*** Supplied data Section Begins ***
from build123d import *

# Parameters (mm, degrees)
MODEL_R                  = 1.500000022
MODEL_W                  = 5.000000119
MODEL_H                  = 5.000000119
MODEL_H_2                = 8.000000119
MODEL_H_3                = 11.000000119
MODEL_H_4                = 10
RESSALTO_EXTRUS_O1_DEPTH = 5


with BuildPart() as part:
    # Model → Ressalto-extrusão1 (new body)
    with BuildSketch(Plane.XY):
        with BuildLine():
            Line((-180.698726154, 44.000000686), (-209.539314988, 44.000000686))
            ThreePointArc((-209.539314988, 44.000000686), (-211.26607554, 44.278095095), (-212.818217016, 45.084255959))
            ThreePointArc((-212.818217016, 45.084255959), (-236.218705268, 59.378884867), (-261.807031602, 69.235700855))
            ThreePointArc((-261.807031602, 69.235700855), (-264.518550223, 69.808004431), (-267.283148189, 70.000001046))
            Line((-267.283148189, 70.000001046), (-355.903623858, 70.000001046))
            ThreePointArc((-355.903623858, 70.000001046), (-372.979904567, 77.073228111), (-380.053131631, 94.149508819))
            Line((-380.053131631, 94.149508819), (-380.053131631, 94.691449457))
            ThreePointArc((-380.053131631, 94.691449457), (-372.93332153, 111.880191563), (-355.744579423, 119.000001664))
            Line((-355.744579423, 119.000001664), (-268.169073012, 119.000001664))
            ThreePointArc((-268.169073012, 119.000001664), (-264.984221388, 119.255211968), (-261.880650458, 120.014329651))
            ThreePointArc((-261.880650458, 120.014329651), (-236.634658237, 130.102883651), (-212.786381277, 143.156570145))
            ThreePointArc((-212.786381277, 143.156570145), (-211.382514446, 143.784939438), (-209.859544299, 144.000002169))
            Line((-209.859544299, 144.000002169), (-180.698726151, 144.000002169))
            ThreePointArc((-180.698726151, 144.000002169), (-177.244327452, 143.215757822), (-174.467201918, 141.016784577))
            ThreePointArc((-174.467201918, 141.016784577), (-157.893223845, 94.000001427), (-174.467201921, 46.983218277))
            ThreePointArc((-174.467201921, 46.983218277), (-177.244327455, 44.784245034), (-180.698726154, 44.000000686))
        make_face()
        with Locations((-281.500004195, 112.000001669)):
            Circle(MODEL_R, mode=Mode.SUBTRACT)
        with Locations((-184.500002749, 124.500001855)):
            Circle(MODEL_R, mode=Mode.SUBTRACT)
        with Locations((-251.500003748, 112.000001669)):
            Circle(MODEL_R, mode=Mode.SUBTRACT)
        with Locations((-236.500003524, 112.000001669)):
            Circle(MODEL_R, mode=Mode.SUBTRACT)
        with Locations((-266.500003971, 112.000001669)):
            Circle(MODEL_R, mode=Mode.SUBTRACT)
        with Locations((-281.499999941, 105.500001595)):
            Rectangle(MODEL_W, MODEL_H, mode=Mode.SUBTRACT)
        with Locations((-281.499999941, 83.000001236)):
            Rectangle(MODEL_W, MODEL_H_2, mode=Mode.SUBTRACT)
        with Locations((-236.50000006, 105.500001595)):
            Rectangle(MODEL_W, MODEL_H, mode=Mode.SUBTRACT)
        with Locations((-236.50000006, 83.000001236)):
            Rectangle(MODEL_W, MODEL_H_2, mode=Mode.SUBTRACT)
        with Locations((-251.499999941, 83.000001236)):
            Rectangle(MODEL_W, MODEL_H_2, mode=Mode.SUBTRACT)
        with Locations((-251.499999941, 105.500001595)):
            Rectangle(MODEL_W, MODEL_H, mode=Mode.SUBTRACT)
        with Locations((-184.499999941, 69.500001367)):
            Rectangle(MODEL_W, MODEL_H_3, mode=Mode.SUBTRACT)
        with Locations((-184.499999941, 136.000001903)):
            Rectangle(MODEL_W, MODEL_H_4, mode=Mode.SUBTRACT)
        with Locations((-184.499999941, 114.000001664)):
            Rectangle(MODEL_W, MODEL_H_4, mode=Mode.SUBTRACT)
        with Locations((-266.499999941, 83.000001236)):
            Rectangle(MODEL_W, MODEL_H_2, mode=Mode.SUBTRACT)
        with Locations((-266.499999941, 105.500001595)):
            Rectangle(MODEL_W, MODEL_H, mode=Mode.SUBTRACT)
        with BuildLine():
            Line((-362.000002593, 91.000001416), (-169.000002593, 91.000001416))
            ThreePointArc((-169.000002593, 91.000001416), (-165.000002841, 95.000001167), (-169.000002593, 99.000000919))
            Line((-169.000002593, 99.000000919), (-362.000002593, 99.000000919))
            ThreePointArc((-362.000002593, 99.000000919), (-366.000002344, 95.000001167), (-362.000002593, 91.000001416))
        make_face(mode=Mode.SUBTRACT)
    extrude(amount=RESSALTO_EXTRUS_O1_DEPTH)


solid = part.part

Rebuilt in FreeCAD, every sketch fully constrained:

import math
import FreeCAD as App
import Part
import Sketcher


def add_polygon(sketch, points):
    """Adds a closed chain of lines whose ends are joined by coincident constraints."""
    first, n = sketch.GeometryCount, len(points)
    for a, b in zip(points, points[1:] + points[:1]):
        sketch.addGeometry(Part.LineSegment(App.Vector(*a, 0), App.Vector(*b, 0)), False)
    for i in range(n):
        sketch.addConstraint(Sketcher.Constraint("Coincident", first + i, 2, first + (i + 1) % n, 1))

doc = App.newDocument("Part")
body = doc.addObject("PartDesign::Body", "Body")

sketch1 = body.newObject("Sketcher::SketchObject", "Sketch")
sketch1.AttachmentSupport = (doc.getObject("XY_Plane"), [""])
sketch1.MapMode = "FlatFace"
sketch1.addGeometry(Part.LineSegment(App.Vector(-209.5, 44, 0), App.Vector(-180.7, 44, 0)), False)
sketch1.addGeometry(Part.ArcOfCircle(Part.Circle(App.Vector(-180.7, 52, 0), App.Vector(0, 0, 1), 8), math.radians(-90), math.radians(-39)), False)
sketch1.addGeometry(Part.ArcOfCircle(Part.Circle(App.Vector(-232.9, 94, 0), App.Vector(0, 0, 1), 75), math.radians(-39), math.radians(39)), False)
sketch1.addGeometry(Part.ArcOfCircle(Part.Circle(App.Vector(-180.7, 136, 0), App.Vector(0, 0, 1), 8), math.radians(39), math.radians(90)), False)
sketch1.addGeometry(Part.LineSegment(App.Vector(-180.7, 144, 0), App.Vector(-209.9, 144, 0)), False)
sketch1.addGeometry(Part.ArcOfCircle(Part.Circle(App.Vector(-209.9, 138.5, 0), App.Vector(0, 0, 1), 5.5), math.radians(90), math.radians(122)), False)
sketch1.addGeometry(Part.ArcOfCircle(Part.Circle(App.Vector(-332.8, 334.1, 0), App.Vector(0, 0, 1), 225.5), math.radians(-71.67), math.radians(-57.85)), False)
sketch1.addGeometry(Part.ArcOfCircle(Part.Circle(App.Vector(-268.2, 139, 0), App.Vector(0, 0, 1), 20), math.radians(-90), math.radians(-71.67)), False)
sketch1.addGeometry(Part.LineSegment(App.Vector(-268.2, 119, 0), App.Vector(-355.7, 119, 0)), False)
sketch1.addGeometry(Part.ArcOfCircle(Part.Circle(App.Vector(-355.7, 94.7, 0), App.Vector(0, 0, 1), 24.3), math.radians(90), math.radians(180)), False)
sketch1.addGeometry(Part.LineSegment(App.Vector(-380.1, 94.7, 0), App.Vector(-380.1, 94.1, 0)), False)
sketch1.addGeometry(Part.ArcOfCircle(Part.Circle(App.Vector(-355.9, 94.1, 0), App.Vector(0, 0, 1), 24.1), math.radians(180), math.radians(270)), False)
sketch1.addGeometry(Part.LineSegment(App.Vector(-355.9, 70, 0), App.Vector(-267.3, 70, 0)), False)
sketch1.addGeometry(Part.ArcOfCircle(Part.Circle(App.Vector(-267.3, 50, 0), App.Vector(0, 0, 1), 20), math.radians(74.11), math.radians(90)), False)
sketch1.addGeometry(Part.ArcOfCircle(Part.Circle(App.Vector(-303.4, -76.9, 0), App.Vector(0, 0, 1), 152), math.radians(53), math.radians(74)), False)
sketch1.addGeometry(Part.ArcOfCircle(Part.Circle(App.Vector(-209.5, 49.5, 0), App.Vector(0, 0, 1), 5.5), math.radians(-127), math.radians(-90)), False)
add_polygon(sketch1, [(-187, 64), (-187, 75), (-182, 75), (-182, 64)])
add_polygon(sketch1, [(-239, 79), (-239, 87), (-234, 87), (-234, 79)])
add_polygon(sketch1, [(-254, 79), (-254, 87), (-249, 87), (-249, 79)])
add_polygon(sketch1, [(-269, 79), (-269, 87), (-264, 87), (-264, 79)])
add_polygon(sketch1, [(-284, 79), (-284, 87), (-279, 87), (-279, 79)])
*** Supplied data Section Ends ***
● Exercise prompt
Going back to the entries above, set down exactly the lines that begin at the one with "# Parameters (mm, degrees)" and end at the one with "69.808004431), (-267.283148189, 70.000001046))", both included, and nothing else.

● Task answer
# Parameters (mm, degrees)
MODEL_R                  = 1.500000022
MODEL_W                  = 5.000000119
MODEL_H                  = 5.000000119
MODEL_H_2                = 8.000000119
MODEL_H_3                = 11.000000119
MODEL_H_4                = 10
RESSALTO_EXTRUS_O1_DEPTH = 5


with BuildPart() as part:
    # Model → Ressalto-extrusão1 (new body)
    with BuildSketch(Plane.XY):
        with BuildLine():
            Line((-180.698726154, 44.000000686), (-209.539314988, 44.000000686))
            ThreePointArc((-209.539314988, 44.000000686), (-211.26607554, 44.278095095), (-212.818217016, 45.084255959))
            ThreePointArc((-212.818217016, 45.084255959), (-236.218705268, 59.378884867), (-261.807031602, 69.235700855))
            ThreePointArc((-261.807031602, 69.235700855), (-264.518550223, 69.808004431), (-267.283148189, 70.000001046))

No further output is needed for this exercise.